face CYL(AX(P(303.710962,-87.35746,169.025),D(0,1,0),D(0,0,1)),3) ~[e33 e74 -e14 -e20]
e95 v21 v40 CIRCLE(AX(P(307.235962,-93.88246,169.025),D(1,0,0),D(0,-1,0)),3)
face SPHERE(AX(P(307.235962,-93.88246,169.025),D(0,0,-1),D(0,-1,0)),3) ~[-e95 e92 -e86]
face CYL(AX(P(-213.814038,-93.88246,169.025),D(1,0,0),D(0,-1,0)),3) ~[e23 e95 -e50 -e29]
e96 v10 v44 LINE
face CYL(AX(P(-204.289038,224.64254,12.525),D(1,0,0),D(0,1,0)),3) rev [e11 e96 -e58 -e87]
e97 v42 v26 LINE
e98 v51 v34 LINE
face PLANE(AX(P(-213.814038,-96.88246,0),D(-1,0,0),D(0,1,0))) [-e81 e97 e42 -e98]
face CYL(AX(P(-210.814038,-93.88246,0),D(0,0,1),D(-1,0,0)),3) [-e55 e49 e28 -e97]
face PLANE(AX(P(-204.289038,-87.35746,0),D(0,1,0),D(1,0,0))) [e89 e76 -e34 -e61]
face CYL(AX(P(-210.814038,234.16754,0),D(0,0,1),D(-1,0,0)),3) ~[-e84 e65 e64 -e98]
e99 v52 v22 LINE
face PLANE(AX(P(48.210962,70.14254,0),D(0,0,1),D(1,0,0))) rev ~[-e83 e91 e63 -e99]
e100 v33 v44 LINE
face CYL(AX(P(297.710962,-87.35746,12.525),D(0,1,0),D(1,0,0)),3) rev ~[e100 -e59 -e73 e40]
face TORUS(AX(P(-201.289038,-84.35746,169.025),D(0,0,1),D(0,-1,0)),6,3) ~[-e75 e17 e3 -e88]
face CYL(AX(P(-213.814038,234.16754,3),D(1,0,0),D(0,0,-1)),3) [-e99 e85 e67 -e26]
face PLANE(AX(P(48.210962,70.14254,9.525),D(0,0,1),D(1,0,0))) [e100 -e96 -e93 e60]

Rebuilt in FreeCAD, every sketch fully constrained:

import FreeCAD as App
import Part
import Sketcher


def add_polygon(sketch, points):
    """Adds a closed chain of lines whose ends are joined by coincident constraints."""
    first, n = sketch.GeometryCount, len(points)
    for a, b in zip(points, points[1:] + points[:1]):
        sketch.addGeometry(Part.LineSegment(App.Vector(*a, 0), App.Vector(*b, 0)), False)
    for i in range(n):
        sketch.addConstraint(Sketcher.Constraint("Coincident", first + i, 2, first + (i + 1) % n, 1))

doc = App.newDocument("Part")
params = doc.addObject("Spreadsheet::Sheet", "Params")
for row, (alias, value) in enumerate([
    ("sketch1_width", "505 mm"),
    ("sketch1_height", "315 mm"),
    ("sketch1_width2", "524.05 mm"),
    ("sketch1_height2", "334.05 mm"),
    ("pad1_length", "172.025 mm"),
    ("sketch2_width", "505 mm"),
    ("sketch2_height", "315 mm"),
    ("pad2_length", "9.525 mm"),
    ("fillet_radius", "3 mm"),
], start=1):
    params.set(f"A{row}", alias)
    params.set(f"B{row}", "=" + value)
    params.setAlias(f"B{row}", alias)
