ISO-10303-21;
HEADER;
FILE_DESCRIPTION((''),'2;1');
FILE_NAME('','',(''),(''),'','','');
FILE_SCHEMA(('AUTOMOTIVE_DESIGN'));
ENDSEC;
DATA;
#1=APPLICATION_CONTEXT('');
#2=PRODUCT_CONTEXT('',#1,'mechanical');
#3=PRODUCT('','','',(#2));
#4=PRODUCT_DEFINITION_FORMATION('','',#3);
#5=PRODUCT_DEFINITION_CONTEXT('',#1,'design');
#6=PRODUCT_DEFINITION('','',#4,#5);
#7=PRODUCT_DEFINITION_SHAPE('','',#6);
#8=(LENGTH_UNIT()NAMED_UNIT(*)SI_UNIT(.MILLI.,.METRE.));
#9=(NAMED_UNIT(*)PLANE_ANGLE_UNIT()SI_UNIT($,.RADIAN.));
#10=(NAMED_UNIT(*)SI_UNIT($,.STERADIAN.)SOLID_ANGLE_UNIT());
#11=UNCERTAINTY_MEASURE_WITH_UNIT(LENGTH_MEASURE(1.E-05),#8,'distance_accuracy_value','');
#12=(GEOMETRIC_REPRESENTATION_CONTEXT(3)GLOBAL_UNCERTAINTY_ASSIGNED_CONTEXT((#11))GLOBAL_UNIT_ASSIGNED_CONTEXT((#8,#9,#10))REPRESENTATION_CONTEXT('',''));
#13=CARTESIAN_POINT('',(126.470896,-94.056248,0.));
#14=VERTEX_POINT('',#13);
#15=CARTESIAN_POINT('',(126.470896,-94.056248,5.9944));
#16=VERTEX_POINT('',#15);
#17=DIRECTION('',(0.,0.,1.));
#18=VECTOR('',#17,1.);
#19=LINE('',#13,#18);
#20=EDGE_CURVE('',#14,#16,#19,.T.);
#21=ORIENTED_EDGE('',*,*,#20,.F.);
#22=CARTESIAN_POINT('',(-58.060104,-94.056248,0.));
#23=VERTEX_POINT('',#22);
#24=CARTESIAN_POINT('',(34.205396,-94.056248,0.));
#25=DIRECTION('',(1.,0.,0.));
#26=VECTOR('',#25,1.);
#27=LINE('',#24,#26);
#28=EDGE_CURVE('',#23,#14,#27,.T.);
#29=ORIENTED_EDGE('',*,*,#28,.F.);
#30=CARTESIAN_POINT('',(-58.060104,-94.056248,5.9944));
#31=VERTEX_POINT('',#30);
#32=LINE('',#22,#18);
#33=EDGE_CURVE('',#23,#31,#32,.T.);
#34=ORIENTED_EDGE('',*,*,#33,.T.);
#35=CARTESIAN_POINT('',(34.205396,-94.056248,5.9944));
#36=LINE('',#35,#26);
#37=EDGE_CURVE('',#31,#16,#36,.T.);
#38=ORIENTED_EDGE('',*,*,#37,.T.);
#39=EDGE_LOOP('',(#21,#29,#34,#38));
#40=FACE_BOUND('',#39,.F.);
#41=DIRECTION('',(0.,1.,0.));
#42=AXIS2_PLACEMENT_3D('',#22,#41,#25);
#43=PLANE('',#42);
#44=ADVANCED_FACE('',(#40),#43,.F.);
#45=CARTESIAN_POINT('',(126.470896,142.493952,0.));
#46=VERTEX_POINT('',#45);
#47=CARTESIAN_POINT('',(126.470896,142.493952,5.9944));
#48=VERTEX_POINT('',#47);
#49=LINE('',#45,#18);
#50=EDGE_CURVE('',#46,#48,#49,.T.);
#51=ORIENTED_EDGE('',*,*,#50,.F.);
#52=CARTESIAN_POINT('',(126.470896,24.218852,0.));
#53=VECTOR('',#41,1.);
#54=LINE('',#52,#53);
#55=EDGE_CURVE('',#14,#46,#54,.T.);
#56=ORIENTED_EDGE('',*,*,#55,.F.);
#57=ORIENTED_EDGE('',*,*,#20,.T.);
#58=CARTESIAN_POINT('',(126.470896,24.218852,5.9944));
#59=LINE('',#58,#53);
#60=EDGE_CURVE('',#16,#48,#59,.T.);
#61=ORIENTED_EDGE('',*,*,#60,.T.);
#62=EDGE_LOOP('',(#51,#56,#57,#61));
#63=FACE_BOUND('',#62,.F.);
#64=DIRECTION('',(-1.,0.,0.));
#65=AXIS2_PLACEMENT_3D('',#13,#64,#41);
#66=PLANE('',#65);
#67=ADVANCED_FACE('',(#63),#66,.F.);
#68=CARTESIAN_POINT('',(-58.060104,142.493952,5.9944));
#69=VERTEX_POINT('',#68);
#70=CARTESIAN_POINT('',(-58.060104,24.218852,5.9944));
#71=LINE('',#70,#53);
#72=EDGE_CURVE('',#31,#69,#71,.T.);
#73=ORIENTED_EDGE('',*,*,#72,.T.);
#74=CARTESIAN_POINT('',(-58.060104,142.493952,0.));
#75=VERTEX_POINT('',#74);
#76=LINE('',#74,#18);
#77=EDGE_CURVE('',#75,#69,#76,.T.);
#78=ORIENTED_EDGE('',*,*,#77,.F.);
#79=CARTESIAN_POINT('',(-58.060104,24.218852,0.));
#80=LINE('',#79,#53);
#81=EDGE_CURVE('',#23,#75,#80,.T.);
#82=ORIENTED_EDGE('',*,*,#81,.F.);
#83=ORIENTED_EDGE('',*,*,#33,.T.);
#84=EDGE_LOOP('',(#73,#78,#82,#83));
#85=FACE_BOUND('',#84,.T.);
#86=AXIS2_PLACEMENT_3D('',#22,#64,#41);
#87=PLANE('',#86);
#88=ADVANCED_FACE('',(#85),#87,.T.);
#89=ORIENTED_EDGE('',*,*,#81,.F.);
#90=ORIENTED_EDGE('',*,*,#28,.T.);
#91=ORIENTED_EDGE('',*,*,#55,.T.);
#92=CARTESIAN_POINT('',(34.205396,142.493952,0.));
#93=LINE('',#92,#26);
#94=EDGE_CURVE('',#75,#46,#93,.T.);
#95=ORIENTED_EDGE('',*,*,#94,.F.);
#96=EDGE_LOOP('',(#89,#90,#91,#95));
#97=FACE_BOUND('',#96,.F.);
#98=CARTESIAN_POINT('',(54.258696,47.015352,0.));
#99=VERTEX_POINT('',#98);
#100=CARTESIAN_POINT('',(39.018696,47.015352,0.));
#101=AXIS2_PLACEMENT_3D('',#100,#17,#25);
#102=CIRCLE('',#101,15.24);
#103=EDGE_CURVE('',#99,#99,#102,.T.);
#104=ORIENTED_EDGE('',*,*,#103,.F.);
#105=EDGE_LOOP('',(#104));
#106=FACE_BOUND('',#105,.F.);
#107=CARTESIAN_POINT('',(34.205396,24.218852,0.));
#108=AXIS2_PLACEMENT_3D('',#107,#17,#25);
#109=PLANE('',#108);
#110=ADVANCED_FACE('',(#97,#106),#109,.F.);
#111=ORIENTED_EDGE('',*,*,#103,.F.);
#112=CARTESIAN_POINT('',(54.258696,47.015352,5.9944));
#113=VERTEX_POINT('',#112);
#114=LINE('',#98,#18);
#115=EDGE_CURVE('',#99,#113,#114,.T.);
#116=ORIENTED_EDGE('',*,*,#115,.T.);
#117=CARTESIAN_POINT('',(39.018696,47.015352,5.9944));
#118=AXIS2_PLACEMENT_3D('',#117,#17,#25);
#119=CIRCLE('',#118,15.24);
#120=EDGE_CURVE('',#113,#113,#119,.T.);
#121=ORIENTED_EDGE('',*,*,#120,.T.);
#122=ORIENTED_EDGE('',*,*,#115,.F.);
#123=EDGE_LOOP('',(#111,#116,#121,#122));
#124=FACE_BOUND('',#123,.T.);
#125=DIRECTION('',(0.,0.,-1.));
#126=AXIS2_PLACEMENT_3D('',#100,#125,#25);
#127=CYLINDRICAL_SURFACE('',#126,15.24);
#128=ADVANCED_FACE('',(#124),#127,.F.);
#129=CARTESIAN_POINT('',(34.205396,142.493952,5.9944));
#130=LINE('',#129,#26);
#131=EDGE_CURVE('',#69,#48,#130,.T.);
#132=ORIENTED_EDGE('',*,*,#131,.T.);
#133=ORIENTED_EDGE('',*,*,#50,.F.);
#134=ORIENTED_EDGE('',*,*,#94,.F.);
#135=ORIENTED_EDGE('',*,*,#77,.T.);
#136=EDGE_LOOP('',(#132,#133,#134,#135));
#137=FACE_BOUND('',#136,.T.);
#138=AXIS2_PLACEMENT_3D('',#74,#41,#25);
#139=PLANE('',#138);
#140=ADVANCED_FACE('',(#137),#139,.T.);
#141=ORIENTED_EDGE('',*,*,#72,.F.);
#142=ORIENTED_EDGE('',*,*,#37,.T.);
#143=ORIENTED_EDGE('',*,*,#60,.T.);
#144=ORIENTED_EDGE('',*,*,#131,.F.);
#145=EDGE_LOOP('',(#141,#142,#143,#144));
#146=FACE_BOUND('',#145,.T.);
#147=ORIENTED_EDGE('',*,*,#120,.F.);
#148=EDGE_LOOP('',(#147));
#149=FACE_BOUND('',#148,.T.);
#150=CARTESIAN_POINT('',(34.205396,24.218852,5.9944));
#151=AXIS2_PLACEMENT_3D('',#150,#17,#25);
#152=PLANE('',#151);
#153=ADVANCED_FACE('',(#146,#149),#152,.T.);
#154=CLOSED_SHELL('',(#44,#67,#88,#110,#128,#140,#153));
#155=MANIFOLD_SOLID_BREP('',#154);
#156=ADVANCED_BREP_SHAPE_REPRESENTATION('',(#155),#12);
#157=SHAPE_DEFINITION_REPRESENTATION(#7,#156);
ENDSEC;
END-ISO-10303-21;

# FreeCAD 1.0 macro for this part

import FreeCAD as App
import Part
import Sketcher

V = App.Vector
Q = App.Units.Quantity

doc = App.newDocument("Part")
body = doc.addObject("PartDesign::Body", "Body")

sketch1 = body.newObject("Sketcher::SketchObject", "Sketch")
sketch1.AttachmentSupport = (doc.getObject("XY_Plane"), [""])
sketch1.MapMode = "FlatFace"
sketch1.addGeometry([
    Part.LineSegment(V(-58, 142, 0), V(-58, -94, 0)),
    Part.LineSegment(V(-58, -94, 0), V(126, -94, 0)),
    Part.LineSegment(V(126, -94, 0), V(126, 142, 0)),
    Part.LineSegment(V(126, 142, 0), V(-58, 142, 0)),
    Part.Circle(V(39, 47, 0), V(0, 0, 1), 15),
], False)
sketch1.addConstraint([
    Sketcher.Constraint("Coincident", 0, 2, 1, 1),
    Sketcher.Constraint("Coincident", 1, 2, 2, 1),
    Sketcher.Constraint("Coincident", 2, 2, 3, 1),
    Sketcher.Constraint("Coincident", 3, 2, 0, 1),
    Sketcher.Constraint("Vertical", 0),
    Sketcher.Constraint("Horizontal", 1),
    Sketcher.Constraint("Vertical", 2),
    Sketcher.Constraint("Horizontal", 3),
    Sketcher.Constraint("Diameter", 4, Q("1.2 in")),
    Sketcher.Constraint("DistanceX", 1, 1, 1, 2, Q("7.265 in")),
    Sketcher.Constraint("DistanceY", 0, 2, 0, 1, Q("9.313 in")),
    Sketcher.Constraint("DistanceX", 0, 2, 4, 3, Q("3.822 in")),
    Sketcher.Constraint("DistanceY", 0, 2, 4, 3, Q("5.554 in")),
    Sketcher.Constraint("DistanceY", -1, 1, 2, 2, 142.493952),
    Sketcher.Constraint("DistanceX", -1, 1, 4, 3, 39.018696),
])
pad1 = body.newObject("PartDesign::Pad", "Pad")
pad1.Profile = sketch1
pad1.Length = Q("0.236 in")

doc.recompute()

━━━━

Instructions to follow
The required output is every line above from the one with "#8=(LENGTH_UNIT()NAMED_UNIT(*)SI_UNIT(.MILLI.,.METRE.));" down to the one with "#10=(NAMED_UNIT(*)SI_UNIT($,.STERADIAN.)SOLID_ANGLE_UNIT());", restated word for word, ends included.

Output below
#8=(LENGTH_UNIT()NAMED_UNIT(*)SI_UNIT(.MILLI.,.METRE.));
#9=(NAMED_UNIT(*)PLANE_ANGLE_UNIT()SI_UNIT($,.RADIAN.));
#10=(NAMED_UNIT(*)SI_UNIT($,.STERADIAN.)SOLID_ANGLE_UNIT());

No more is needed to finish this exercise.